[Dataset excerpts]
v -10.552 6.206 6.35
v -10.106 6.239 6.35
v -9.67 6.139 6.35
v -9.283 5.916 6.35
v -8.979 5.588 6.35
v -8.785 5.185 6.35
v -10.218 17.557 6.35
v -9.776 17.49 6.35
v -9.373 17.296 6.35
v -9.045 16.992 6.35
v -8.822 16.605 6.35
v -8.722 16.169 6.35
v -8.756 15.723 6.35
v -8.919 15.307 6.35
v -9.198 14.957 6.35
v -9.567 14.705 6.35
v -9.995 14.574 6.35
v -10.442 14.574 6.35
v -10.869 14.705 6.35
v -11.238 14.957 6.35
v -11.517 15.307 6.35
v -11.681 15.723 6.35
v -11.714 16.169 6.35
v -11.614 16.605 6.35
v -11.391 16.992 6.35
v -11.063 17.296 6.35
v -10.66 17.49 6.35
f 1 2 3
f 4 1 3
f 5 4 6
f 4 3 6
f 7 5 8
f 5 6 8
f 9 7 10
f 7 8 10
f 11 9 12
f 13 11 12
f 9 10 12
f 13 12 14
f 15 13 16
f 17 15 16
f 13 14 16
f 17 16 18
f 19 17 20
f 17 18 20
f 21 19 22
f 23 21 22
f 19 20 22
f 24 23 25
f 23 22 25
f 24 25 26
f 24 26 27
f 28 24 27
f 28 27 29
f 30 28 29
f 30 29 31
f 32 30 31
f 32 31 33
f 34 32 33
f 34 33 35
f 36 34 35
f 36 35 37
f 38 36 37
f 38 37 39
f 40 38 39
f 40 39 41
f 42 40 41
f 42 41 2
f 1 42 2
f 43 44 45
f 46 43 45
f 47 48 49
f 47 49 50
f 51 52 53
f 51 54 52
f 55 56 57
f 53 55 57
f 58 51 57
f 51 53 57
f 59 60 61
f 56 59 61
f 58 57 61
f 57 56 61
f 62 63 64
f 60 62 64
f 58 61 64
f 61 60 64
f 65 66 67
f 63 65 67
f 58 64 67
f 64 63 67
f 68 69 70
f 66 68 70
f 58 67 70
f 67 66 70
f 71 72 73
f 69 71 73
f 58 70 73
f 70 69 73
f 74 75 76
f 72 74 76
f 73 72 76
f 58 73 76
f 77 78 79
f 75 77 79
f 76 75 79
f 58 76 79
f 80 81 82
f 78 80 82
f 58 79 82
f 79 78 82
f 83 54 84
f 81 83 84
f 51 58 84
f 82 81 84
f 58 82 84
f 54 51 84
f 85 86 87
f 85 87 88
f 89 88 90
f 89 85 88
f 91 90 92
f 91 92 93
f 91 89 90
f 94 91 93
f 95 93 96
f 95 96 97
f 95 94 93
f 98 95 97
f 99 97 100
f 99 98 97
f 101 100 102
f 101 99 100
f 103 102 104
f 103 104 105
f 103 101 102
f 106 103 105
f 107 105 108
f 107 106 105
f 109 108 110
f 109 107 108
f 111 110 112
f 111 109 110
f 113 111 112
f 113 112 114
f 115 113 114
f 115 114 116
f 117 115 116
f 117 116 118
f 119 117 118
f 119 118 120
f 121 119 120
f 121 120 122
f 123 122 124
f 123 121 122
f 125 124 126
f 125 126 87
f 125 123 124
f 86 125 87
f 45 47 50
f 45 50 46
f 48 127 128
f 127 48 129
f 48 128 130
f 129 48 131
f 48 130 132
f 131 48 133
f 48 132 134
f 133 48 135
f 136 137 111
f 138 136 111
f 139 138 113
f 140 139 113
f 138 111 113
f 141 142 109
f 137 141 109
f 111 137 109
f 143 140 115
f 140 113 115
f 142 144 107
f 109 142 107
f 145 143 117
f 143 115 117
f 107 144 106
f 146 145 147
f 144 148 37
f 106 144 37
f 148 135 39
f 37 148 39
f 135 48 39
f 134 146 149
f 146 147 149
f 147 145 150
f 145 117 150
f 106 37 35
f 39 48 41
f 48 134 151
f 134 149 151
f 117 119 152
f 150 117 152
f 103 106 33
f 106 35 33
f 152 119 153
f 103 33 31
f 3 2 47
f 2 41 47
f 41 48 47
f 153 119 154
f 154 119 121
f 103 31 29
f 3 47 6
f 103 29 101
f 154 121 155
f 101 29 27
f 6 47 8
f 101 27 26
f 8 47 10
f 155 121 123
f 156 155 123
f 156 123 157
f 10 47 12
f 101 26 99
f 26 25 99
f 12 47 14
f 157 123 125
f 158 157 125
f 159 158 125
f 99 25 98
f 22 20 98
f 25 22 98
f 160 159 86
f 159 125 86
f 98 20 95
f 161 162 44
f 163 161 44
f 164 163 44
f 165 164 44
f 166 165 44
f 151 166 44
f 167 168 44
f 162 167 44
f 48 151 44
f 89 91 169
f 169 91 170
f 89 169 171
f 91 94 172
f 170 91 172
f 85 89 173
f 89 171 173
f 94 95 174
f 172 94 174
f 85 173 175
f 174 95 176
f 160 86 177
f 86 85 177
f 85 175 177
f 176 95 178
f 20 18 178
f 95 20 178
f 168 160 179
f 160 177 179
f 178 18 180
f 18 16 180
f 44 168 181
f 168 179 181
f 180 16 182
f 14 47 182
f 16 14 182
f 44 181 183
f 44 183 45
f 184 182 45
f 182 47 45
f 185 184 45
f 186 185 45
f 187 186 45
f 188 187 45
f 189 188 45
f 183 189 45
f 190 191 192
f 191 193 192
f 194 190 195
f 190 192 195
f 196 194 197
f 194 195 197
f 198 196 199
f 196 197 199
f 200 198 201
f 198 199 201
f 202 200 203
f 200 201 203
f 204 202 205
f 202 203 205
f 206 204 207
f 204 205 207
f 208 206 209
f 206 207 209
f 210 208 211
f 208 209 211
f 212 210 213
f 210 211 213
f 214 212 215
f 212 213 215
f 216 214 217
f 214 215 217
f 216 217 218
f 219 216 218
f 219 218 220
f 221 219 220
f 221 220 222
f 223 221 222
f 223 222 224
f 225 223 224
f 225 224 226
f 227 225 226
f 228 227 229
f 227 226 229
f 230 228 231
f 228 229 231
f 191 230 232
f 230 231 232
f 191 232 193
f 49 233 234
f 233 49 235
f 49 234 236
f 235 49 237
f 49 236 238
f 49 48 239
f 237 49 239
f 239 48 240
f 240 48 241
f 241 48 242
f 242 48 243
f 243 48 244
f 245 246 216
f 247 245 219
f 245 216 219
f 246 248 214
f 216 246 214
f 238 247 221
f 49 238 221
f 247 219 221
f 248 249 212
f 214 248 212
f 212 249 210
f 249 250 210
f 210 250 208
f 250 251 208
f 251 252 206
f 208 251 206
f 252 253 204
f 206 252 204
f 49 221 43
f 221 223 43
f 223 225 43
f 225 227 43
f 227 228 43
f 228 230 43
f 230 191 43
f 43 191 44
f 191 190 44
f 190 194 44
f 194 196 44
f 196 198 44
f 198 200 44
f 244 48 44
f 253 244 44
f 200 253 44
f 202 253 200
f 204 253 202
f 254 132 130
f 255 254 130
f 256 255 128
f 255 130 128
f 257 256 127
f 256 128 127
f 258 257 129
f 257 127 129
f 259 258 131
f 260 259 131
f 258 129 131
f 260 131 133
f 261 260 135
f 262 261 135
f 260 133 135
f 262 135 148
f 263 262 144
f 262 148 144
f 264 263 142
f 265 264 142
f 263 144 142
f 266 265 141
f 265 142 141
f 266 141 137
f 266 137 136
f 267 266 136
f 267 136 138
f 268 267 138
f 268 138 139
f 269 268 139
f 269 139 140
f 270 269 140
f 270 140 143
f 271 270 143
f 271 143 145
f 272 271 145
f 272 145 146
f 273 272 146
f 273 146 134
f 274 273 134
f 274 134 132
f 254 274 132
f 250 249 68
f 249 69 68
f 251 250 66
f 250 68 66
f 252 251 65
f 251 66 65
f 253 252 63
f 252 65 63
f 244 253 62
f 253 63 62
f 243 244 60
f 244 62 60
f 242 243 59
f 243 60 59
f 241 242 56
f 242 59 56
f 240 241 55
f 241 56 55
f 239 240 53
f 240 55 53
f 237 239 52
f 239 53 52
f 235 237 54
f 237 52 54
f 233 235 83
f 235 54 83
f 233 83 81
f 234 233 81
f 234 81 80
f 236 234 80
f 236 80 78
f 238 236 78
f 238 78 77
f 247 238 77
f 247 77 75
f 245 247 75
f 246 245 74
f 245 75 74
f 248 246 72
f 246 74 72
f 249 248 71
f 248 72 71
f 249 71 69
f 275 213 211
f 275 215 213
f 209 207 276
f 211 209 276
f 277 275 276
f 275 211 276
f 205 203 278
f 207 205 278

● **AIM OF THE EXERCISE**
Could you return exactly the stretch of the data above that starts at the line with "f 163 161 44" and ends at the line with "f 259 258 131", both lines included?

● **WRITTEN ANSWER**
f 163 161 44
f 164 163 44
f 165 164 44
f 166 165 44
f 151 166 44
f 167 168 44
f 162 167 44
f 48 151 44
f 89 91 169
f 169 91 170
f 89 169 171
f 91 94 172
f 170 91 172
f 85 89 173
f 89 171 173
f 94 95 174
f 172 94 174
f 85 173 175
f 174 95 176
f 160 86 177
f 86 85 177
f 85 175 177
f 176 95 178
f 20 18 178
f 95 20 178
f 168 160 179
f 160 177 179
f 178 18 180
f 18 16 180
f 44 168 181
f 168 179 181
f 180 16 182
f 14 47 182
f 16 14 182
f 44 181 183
f 44 183 45
f 184 182 45
f 182 47 45
f 185 184 45
f 186 185 45
f 187 186 45
f 188 187 45
f 189 188 45
f 183 189 45
f 190 191 192
f 191 193 192
f 194 190 195
f 190 192 195
f 196 194 197
f 194 195 197
f 198 196 199
f 196 197 199
f 200 198 201
f 198 199 201
f 202 200 203
f 200 201 203
f 204 202 205
f 202 203 205
f 206 204 207
f 204 205 207
f 208 206 209
f 206 207 209
f 210 208 211
f 208 209 211
f 212 210 213
f 210 211 213
f 214 212 215
f 212 213 215
f 216 214 217
f 214 215 217
f 216 217 218
f 219 216 218
f 219 218 220
f 221 219 220
f 221 220 222
f 223 221 222
f 223 222 224
f 225 223 224
f 225 224 226
f 227 225 226
f 228 227 229
f 227 226 229
f 230 228 231
f 228 229 231
f 191 230 232
f 230 231 232
f 191 232 193
f 49 233 234
f 233 49 235
f 49 234 236
f 235 49 237
f 49 236 238
f 49 48 239
f 237 49 239
f 239 48 240
f 240 48 241
f 241 48 242
f 242 48 243
f 243 48 244
f 245 246 216
f 247 245 219
f 245 216 219
f 246 248 214
f 216 246 214
f 238 247 221
f 49 238 221
f 247 219 221
f 248 249 212
f 214 248 212
f 212 249 210
f 249 250 210
f 210 250 208
f 250 251 208
f 251 252 206
f 208 251 206
f 252 253 204
f 206 252 204
f 49 221 43
f 221 223 43
f 223 225 43
f 225 227 43
f 227 228 43
f 228 230 43
f 230 191 43
f 43 191 44
f 191 190 44
f 190 194 44
f 194 196 44
f 196 198 44
f 198 200 44
f 244 48 44
f 253 244 44
f 200 253 44
f 202 253 200
f 204 253 202
f 254 132 130
f 255 254 130
f 256 255 128
f 255 130 128
f 257 256 127
f 256 128 127
f 258 257 129
f 257 127 129
f 259 258 131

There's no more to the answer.